A CaO enhanced rubberized syntactic foam

Abstract

Abstract In this study, a calcium oxide (CaO) enhanced rubberized syntactic foam was developed by incorporating CaO powder into a rubber latex/microballoon mixture, in order to effectively and efficiently remove the water contained in the rubber latex in a controlled manner. It was expected that an exothermic reaction between CaO and water would be generated, which would result in the removal of water from the mixture and would leave behind glass microballoons coated by a calcium hydroxide (Ca(OH) 2 ) reinforced rubber layer. In order to validate this idea, a new manufacturing procedure was proposed. Low velocity impact and four-point bending tests were performed on pure foam and the foam cored sandwich beams. Scanning electron microscopy was used to examine the existence and uniformity of the rubber coating and X-ray diffractometry was employed to validate the presence of Ca(OH) 2 . Compared with the previous results without CaO [Li G, Jones N. Development of rubberized syntactic foam. Compos Pt A: Appl Sci Manuf 2007;38:1483–92], the current foam showed a much higher residual strength with a slight reduction in impact tolerance. The SEM observation showed a uniform rubber coating on the microballoons and the X-ray diffractometry confirmed the existence of Ca(OH) 2 crystal in the rubber coating layer.
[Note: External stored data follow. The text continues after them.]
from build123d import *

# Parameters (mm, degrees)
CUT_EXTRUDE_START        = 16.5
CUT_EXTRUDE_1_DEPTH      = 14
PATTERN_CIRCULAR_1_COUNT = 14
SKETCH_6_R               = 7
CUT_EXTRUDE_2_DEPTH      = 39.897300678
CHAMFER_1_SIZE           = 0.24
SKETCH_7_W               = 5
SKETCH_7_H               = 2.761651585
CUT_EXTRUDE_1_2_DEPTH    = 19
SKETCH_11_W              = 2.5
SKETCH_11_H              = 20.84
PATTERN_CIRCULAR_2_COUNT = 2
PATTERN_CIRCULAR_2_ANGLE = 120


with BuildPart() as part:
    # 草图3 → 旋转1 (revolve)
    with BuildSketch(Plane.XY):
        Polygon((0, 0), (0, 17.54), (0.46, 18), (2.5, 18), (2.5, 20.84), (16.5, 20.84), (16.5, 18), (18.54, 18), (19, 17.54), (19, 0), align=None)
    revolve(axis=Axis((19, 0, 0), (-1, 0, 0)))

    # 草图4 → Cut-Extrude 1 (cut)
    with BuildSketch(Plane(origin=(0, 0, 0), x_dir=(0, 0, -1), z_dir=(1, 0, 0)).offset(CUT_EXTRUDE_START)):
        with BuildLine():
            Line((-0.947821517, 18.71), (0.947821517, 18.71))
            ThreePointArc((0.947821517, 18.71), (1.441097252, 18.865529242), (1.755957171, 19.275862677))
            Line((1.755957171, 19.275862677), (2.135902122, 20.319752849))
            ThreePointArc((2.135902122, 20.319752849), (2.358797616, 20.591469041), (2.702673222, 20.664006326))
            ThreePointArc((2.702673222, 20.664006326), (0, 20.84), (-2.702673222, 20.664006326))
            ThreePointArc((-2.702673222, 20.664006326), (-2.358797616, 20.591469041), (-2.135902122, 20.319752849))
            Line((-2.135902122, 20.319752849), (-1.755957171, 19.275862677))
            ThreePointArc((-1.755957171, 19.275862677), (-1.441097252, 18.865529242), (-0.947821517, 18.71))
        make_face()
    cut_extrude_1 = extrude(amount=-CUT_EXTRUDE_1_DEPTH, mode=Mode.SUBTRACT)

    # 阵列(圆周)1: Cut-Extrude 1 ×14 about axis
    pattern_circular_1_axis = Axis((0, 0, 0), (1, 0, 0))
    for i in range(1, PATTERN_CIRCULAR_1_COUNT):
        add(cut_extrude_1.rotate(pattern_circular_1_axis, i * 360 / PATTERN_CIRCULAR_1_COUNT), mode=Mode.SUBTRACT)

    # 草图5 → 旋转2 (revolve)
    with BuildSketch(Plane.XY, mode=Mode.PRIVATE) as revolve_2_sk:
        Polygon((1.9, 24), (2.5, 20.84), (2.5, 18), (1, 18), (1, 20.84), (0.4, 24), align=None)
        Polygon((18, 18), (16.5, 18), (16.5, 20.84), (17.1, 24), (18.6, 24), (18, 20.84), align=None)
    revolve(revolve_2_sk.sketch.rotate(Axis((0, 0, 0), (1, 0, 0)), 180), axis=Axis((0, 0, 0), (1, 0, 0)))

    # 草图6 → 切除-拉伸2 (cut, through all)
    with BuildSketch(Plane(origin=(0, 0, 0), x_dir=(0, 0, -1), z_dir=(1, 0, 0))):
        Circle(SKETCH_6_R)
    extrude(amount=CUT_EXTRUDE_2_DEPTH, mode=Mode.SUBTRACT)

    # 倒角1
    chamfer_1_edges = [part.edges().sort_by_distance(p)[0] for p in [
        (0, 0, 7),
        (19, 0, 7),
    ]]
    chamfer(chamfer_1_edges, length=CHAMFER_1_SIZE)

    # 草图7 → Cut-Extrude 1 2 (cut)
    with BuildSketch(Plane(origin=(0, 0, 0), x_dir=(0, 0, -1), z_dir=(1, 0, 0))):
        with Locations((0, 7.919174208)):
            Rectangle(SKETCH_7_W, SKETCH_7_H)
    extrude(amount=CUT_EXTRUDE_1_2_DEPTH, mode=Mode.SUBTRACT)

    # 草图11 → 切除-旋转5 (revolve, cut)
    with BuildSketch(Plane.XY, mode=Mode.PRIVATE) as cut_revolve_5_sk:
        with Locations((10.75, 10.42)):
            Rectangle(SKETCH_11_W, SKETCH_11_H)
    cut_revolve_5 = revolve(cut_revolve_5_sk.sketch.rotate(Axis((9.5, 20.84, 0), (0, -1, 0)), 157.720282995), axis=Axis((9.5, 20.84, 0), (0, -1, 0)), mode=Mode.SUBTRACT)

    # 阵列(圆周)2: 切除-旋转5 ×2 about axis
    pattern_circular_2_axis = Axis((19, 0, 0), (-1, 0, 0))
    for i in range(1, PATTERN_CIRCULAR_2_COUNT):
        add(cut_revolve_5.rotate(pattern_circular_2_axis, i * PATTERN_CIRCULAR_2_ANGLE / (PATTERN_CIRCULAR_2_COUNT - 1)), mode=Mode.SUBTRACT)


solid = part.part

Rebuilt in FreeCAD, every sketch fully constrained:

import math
import FreeCAD as App
import Part
import Sketcher
Q = App.Units.Quantity


def edges_at(feature, points):
    """Names of the edges that pass closest to the given points."""
    edges = feature.Shape.Edges
    near = lambda p: min(range(len(edges)), key=lambda i: edges[i].distToShape(Part.Vertex(*p))[0])
    return sorted({f"Edge{near(p) + 1}" for p in points})


def add_polygon(sketch, points):
    """Adds a closed chain of lines whose ends are joined by coincident constraints."""
    first, n = sketch.GeometryCount, len(points)
    for a, b in zip(points, points[1:] + points[:1]):
        sketch.addGeometry(Part.LineSegment(App.Vector(*a, 0), App.Vector(*b, 0)), False)
    for i in range(n):
        sketch.addConstraint(Sketcher.Constraint("Coincident", first + i, 2, first + (i + 1) % n, 1))

doc = App.newDocument("Part")
params = doc.addObject("Spreadsheet::Sheet", "Params")
for row, (alias, value) in enumerate([
    ("sketch1_width", "19 mm"),
    ("sketch1_width2", "14 mm"),
    ("sketch1_width3", "2.04 mm"),
    ("sketch1_height", "2.84 mm"),
    ("revolution_angle", "360 deg"),
    ("sketch2_radius", "0.86 mm"),
    ("sketch2_radius2", "0.53 mm"),
    ("sketch2_radius3", "20.84 mm"),
    ("pocket1_length", "14 mm"),
    ("sketch3_width", "1.5 mm"),
    ("sketch3_height", "2.84 mm"),
    ("revolution2_angle", "360 deg"),
    ("sketch4_diameter", "14 mm"),
    ("chamfer_size", "0.24 mm"),
    ("sketch5_height", "5 mm"),
    ("pocket3_length", "19 mm"),
    ("sketch6_width", "2.5 mm"),
    ("sketch6_height", "20.84 mm"),
    ("groove_angle", "360 deg"),
], start=1):
    params.set(f"A{row}", alias)
    params.set(f"B{row}", "=" + value)
    params.setAlias(f"B{row}", alias)

body = doc.addObject("PartDesign::Body", "Body")

# Sketch on XY plane
sketch1 = body.newObject("Sketcher::SketchObject", "Sketch")
sketch1.AttachmentSupport = (doc.getObject("XY_Plane"), [""])
sketch1.MapMode = "FlatFace"
add_polygon(sketch1, [(0, 17.5), (0, 0), (19, 0), (19, 17.5), (18.5, 18), (16.5, 18), (16.5, 20.8), (2.5, 20.8), (2.5, 18), (0.5, 18)])  # lines 0-9
sketch1.addConstraint(Sketcher.Constraint("Vertical", 0))
sketch1.addConstraint(Sketcher.Constraint("Horizontal", 1))
sketch1.addConstraint(Sketcher.Constraint("Vertical", 2))
sketch1.addConstraint(Sketcher.Constraint("Horizontal", 4))
sketch1.addConstraint(Sketcher.Constraint("Vertical", 5))
sketch1.addConstraint(Sketcher.Constraint("Horizontal", 6))
sketch1.addConstraint(Sketcher.Constraint("Vertical", 7))
sketch1.addConstraint(Sketcher.Constraint("Horizontal", 8))
sketch1.addConstraint(Sketcher.Constraint("Coincident", 0, 2, -1, 1))
sketch1.addConstraint(Sketcher.Constraint("Perpendicular", 3, 9))
sketch1.addConstraint(Sketcher.Constraint("Horizontal", 4, 2, 7, 2))
sketch1.addConstraint(Sketcher.Constraint("Horizontal", 2, 2, 9, 2))
sketch1.addConstraint(Sketcher.Constraint("Equal", 4, 8))
sketch1.addConstraint(Sketcher.Constraint("Equal", 3, 9))
sketch1.addConstraint(Sketcher.Constraint("DistanceX", 1, 1, 1, 2, 19.0))
sketch1.addConstraint(Sketcher.Constraint("DistanceX", 6, 2, 6, 1, 14.0))
sketch1.addConstraint(Sketcher.Constraint("DistanceY", -1, 1, 3, 2, 18.0))
sketch1.addConstraint(Sketcher.Constraint("DistanceX", 4, 2, 4, 1, 2.04))
sketch1.addConstraint(Sketcher.Constraint("DistanceY", 5, 1, 5, 2, 2.84))
sketch1.setExpression("Constraints[24]", "Params.sketch1_width")
sketch1.setExpression("Constraints[25]", "Params.sketch1_width2")
sketch1.setExpression("Constraints[27]", "Params.sketch1_width3")
sketch1.setExpression("Constraints[28]", "Params.sketch1_height")
revolution = body.newObject("PartDesign::Revolution", "Revolution")
revolution.Profile = sketch1
revolution.ReferenceAxis = (sketch1, ["H_Axis"])
revolution.setExpression("Angle", "Params.revolution_angle")

# Sketch on YZ plane
sketch2 = body.newObject("Sketcher::SketchObject", "Sketch001")
sketch2.AttachmentSupport = (doc.getObject("YZ_Plane"), [""])
sketch2.MapMode = "FlatFace"
sketch2.AttachmentOffset = App.Placement(App.Vector(0, 0, 16.5), App.Rotation())
sketch2.addGeometry(Part.LineSegment(App.Vector(18.7, 0.9, 0), App.Vector(18.7, -0.9, 0)), False)
sketch2.addGeometry(Part.ArcOfCircle(Part.Circle(App.Vector(19.6, -0.9, 0), App.Vector(0, 0, 1), 0.9), math.radians(-180), math.radians(-110)), False)
sketch2.addGeometry(Part.LineSegment(App.Vector(19.3, -1.8, 0), App.Vector(20.3, -2.1, 0)), False)
sketch2.addGeometry(Part.ArcOfCircle(Part.Circle(App.Vector(20.1, -2.6, 0), App.Vector(0, 0, 1), 0.5), math.radians(-7), math.radians(70)), False)
sketch2.addGeometry(Part.ArcOfCircle(Part.Circle(App.Vector(0, 0, 0), App.Vector(0, 0, 1), 20.8), math.radians(-7.45), math.radians(7.45)), False)
sketch2.addGeometry(Part.ArcOfCircle(Part.Circle(App.Vector(20.1, 2.6, 0), App.Vector(0, 0, 1), 0.5), math.radians(-70), math.radians(7)), False)
sketch2.addGeometry(Part.LineSegment(App.Vector(20.3, 2.1, 0), App.Vector(19.3, 1.8, 0)), False)
sketch2.addGeometry(Part.ArcOfCircle(Part.Circle(App.Vector(19.6, 0.9, 0), App.Vector(0, 0, 1), 0.9), math.radians(110), math.radians(180)), False)
sketch2.addConstraint(Sketcher.Constraint("Tangent", 0, 2, 1, 1))
sketch2.addConstraint(Sketcher.Constraint("Tangent", 1, 2, 2, 1))
sketch2.addConstraint(Sketcher.Constraint("Tangent", 2, 2, 3, 2))
sketch2.addConstraint(Sketcher.Constraint("Tangent", 3, 1, 4, 1))
sketch2.addConstraint(Sketcher.Constraint("Tangent", 4, 2, 5, 2))
sketch2.addConstraint(Sketcher.Constraint("Tangent", 5, 1, 6, 1))
sketch2.addConstraint(Sketcher.Constraint("Tangent", 6, 2, 7, 1))
sketch2.addConstraint(Sketcher.Constraint("Tangent", 7, 2, 0, 1))
sketch2.addConstraint(Sketcher.Constraint("Vertical", 0))
sketch2.addConstraint(Sketcher.Constraint("Coincident", 4, 3, -1, 1))
sketch2.addConstraint(Sketcher.Constraint("Equal", 3, 5))
sketch2.addConstraint(Sketcher.Constraint("Equal", 1, 7))
sketch2.addConstraint(Sketcher.Constraint("Symmetric", 2, 2, 5, 1, -1))
sketch2.addConstraint(Sketcher.Constraint("Angle", 2, Q("-20 deg")))
sketch2.addConstraint(Sketcher.Constraint("Radius", 1, 0.86))
sketch2.addConstraint(Sketcher.Constraint("Radius", 3, 0.53))
sketch2.addConstraint(Sketcher.Constraint("Radius", 4, 20.84))
sketch2.addConstraint(Sketcher.Constraint("DistanceX", -1, 1, 1, 3, 19.57))
sketch2.addConstraint(Sketcher.Constraint("DistanceY", 0, 2, 0, 1, 1.895643))
sketch2.setExpression("Constraints[14]", "Params.sketch2_radius")
sketch2.setExpression("Constraints[15]", "Params.sketch2_radius2")
sketch2.setExpression("Constraints[16]", "Params.sketch2_radius3")
pocket1 = body.newObject("PartDesign::Pocket", "Pocket")
pocket1.Profile = sketch2
pocket1.setExpression("Length", "Params.pocket1_length")
doc.recompute()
In order to reveal the underlying principle for the enhancement, a micromechanical model based on the equivalent medium theorem was proposed and a finite element analysis using ANSYS was conducted. It was found that the rubber coating on the microballoons significantly reduced the stress concentration and improved the stress distribution; the presence of the Ca(OH) 2 crystals in the rubber layer further reduced the stress concentration. A compressive stress zone ahead of or in the vicinity of the crack tip in the rubberized syntactic foam helps in blunting and arresting the microcrack from propagating into macrocrack.